• TASK DIRECTIONS:
Copy each line of the records that includes "radius".

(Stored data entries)
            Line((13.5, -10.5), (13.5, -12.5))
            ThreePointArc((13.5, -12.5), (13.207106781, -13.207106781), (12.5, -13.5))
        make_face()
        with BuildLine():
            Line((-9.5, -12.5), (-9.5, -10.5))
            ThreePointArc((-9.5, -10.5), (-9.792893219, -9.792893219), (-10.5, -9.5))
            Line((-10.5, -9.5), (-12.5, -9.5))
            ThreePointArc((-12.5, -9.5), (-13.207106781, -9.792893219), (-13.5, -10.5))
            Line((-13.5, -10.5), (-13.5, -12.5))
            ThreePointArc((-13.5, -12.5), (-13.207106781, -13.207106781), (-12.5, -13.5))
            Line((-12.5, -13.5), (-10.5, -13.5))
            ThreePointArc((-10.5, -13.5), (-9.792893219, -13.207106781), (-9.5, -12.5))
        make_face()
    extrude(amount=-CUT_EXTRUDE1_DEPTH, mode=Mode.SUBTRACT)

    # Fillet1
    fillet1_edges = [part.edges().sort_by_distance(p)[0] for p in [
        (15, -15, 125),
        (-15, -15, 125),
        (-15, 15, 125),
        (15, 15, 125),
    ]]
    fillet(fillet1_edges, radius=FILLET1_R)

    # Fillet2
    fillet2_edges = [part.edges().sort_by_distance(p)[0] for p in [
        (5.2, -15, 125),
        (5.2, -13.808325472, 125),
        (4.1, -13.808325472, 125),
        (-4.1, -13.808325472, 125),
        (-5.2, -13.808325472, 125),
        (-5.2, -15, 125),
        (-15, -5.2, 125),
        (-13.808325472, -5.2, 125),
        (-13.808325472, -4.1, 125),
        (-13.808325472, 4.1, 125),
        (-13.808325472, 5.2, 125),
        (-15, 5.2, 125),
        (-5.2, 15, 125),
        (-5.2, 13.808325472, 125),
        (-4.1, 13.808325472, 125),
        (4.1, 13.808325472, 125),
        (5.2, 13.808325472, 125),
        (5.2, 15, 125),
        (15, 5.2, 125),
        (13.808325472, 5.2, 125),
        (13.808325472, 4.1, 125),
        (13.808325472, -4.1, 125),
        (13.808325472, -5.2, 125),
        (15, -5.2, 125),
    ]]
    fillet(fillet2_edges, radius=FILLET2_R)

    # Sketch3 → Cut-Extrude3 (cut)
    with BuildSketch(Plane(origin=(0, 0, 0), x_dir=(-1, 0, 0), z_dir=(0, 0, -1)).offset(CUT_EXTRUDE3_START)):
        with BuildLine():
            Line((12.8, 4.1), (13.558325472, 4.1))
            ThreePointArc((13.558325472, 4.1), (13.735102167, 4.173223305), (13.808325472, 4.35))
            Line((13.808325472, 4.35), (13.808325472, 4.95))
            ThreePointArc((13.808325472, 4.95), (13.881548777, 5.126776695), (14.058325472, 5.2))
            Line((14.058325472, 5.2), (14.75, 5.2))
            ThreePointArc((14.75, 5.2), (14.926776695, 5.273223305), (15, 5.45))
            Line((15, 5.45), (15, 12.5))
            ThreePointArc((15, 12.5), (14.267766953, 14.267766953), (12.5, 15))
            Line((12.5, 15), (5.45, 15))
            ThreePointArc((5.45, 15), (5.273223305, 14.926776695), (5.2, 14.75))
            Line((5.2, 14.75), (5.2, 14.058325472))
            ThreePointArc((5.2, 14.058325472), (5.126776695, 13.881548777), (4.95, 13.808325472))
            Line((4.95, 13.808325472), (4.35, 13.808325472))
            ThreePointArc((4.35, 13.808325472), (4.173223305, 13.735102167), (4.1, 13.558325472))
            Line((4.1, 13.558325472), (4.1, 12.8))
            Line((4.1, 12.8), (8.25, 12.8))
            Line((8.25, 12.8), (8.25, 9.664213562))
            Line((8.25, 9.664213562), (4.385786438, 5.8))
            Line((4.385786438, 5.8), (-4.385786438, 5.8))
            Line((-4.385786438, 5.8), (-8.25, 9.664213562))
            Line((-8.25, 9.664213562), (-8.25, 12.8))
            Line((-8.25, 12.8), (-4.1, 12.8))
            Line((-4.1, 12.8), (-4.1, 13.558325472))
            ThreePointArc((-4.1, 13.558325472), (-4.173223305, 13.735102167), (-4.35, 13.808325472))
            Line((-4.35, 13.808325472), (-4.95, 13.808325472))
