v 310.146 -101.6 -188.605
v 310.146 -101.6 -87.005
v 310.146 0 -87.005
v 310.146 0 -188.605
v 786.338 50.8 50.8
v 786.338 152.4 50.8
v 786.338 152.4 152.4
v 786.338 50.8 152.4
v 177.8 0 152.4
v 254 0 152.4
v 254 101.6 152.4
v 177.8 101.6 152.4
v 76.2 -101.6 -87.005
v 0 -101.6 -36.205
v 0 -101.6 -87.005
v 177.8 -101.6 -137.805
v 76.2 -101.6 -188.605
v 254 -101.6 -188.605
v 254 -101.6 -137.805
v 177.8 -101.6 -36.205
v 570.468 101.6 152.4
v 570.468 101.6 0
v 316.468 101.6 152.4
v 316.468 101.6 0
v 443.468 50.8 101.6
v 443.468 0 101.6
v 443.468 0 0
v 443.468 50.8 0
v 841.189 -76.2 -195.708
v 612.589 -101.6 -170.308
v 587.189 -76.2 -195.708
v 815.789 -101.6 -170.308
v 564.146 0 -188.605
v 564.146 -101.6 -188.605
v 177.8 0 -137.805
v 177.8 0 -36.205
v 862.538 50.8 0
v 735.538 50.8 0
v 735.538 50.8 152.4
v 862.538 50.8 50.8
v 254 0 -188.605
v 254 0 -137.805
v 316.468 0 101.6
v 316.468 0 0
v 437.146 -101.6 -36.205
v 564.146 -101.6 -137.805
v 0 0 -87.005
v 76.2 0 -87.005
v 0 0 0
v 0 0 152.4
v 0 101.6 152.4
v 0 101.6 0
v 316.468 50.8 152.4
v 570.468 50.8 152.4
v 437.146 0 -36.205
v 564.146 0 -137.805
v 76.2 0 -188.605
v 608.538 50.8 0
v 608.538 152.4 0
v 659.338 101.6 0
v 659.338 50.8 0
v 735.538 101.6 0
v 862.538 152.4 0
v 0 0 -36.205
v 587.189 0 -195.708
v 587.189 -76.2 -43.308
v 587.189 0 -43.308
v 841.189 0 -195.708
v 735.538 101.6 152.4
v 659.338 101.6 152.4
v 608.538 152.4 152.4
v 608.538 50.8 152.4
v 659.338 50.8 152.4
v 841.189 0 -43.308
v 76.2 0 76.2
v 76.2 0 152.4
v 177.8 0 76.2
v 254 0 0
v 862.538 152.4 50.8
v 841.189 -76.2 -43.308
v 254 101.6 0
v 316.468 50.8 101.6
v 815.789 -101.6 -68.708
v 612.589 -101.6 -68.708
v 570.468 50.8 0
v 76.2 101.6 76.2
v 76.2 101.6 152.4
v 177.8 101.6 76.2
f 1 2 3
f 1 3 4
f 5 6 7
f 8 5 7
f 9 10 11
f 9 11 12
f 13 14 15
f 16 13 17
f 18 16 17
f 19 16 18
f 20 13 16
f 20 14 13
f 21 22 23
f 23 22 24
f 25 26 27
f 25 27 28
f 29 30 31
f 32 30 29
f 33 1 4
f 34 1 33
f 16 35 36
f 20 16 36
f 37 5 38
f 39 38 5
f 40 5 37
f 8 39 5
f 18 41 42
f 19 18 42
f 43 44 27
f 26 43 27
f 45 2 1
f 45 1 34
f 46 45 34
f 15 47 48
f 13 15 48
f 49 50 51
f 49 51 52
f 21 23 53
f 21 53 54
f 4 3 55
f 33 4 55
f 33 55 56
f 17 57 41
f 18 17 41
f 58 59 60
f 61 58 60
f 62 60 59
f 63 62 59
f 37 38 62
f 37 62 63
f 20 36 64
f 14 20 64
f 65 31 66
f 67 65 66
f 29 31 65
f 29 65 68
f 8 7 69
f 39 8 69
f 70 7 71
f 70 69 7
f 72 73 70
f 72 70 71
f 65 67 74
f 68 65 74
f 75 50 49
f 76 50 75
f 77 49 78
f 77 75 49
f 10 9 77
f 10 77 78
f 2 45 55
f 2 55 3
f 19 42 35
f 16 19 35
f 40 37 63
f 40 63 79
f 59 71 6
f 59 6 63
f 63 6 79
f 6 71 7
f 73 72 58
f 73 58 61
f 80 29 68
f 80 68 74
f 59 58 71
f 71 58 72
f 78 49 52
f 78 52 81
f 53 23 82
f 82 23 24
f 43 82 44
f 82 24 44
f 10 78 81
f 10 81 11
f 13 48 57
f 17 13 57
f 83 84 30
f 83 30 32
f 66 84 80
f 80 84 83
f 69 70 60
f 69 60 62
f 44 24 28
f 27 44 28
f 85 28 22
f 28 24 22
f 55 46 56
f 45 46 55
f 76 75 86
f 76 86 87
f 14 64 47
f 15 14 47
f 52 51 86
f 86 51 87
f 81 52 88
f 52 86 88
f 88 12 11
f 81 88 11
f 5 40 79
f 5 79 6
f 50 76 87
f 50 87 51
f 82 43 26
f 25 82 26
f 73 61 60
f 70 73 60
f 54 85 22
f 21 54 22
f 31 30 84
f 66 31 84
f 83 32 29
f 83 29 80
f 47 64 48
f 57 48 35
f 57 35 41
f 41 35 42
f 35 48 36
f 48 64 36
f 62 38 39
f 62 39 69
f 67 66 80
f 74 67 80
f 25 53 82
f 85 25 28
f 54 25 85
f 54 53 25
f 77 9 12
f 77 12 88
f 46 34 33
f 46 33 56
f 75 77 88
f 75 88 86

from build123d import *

# Parameters (mm, degrees)
F1_DEPTH  = 101.6
F3_DEPTH  = 152.4
F4_W      = 127
F4_H      = 50.8
F5_DEPTH  = 50.8
F6_W      = 50.8
F6_H      = 152.4
F7_DEPTH  = 101.6
F8_W      = 76.2
F8_H      = 50.8
F9_DEPTH  = 152.4
F11_DEPTH = 101.6
F13_DEPTH = 101.6
F14_W     = 254
F14_H     = 152.4
F15_DEPTH = 101.6
F16_SIZE  = 25.4


with BuildPart() as f1:
    # F0 (on Front) → F1 (new body)
    with BuildSketch(Plane.XZ):
        Polygon((0, 152.4), (0, 0), (254, 0), (254, 152.4), (177.8, 152.4), (177.8, 76.2), (76.2, 76.2), (76.2, 152.4), align=None)
    extrude(amount=-F1_DEPTH)


with BuildPart() as f3:
    # F2 (on Top) → F3 (new body)
    with BuildSketch(Plane.XY):
        Polygon((316.467922, 101.6), (316.467922, 0), (443.467922, 0), (443.467922, 50.8), (570.467922, 50.8), (570.467922, 101.6), align=None)
    extrude(amount=F3_DEPTH)

    # F4 (on face) → F5 (cut)
    with BuildSketch(Plane.XZ):
        with Locations((379.967922, 127)):
            Rectangle(F4_W, F4_H)
    extrude(amount=-F5_DEPTH, mode=Mode.SUBTRACT)


with BuildPart() as f7:
    # F6 (on face) → F7 (new body)
    with BuildSketch(Plane.XZ.offset(-50.8)):
        with Locations((633.937912, 76.2)):
            Rectangle(F6_W, F6_H)
        Polygon((659.337912, 152.4), (659.337912, 0), (862.537912, 0), (862.537912, 50.8), (786.337912, 50.8), (786.337912, 152.4), align=None)
    extrude(amount=-F7_DEPTH)

    # F8 (on face) → F9 (cut)
    with BuildSketch(Plane.XY.offset(152.4)):
        with Locations((697.437912, 76.2)):
            Rectangle(F8_W, F8_H)
    extrude(amount=-F9_DEPTH, mode=Mode.SUBTRACT)


with BuildPart() as f11:
    # F10 (on Front) → F11 (new body)
    with BuildSketch(Plane.XZ):
        Polygon((177.8, -36.204632), (0, -36.204632), (0, -87.004632), (76.2, -87.004632), (76.2, -188.604632), (254, -188.604632), (254, -137.804632), (177.8, -137.804632), align=None)
    extrude(amount=F11_DEPTH)


with BuildPart() as f13:
    # F12 (on face) → F13 (new body)
    with BuildSketch(Plane.XZ.offset(101.6)):
        Polygon((310.146183, -87.004632), (310.146183, -188.604632), (564.146183, -188.604632), (564.146183, -137.804632), (437.146183, -36.204632), align=None)
    extrude(amount=-F13_DEPTH)


with BuildPart() as f15:
    # F14 (on face) → F15 (new body)
    with BuildSketch(Plane.XZ.offset(101.6)):
        with Locations((714.18938, -119.508022)):
            Rectangle(F14_W, F14_H)
    extrude(amount=-F15_DEPTH)

    # F16
    f16_edges = [f15.edges().sort_by_distance(p)[0] for p in [
        (714.18938, -101.6, -43.308022),
        (714.18938, -101.6, -195.708022),
        (841.18938, -101.6, -119.508022),
        (587.18938, -101.6, -119.508022),
    ]]
    chamfer(f16_edges, length=F16_SIZE)


solid = Compound([f1.part, f3.part, f7.part, f11.part, f13.part, f15.part])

• THE ANSWER:
    fillet(fillet1_edges, radius=FILLET1_R)
    fillet(fillet2_edges, radius=FILLET2_R)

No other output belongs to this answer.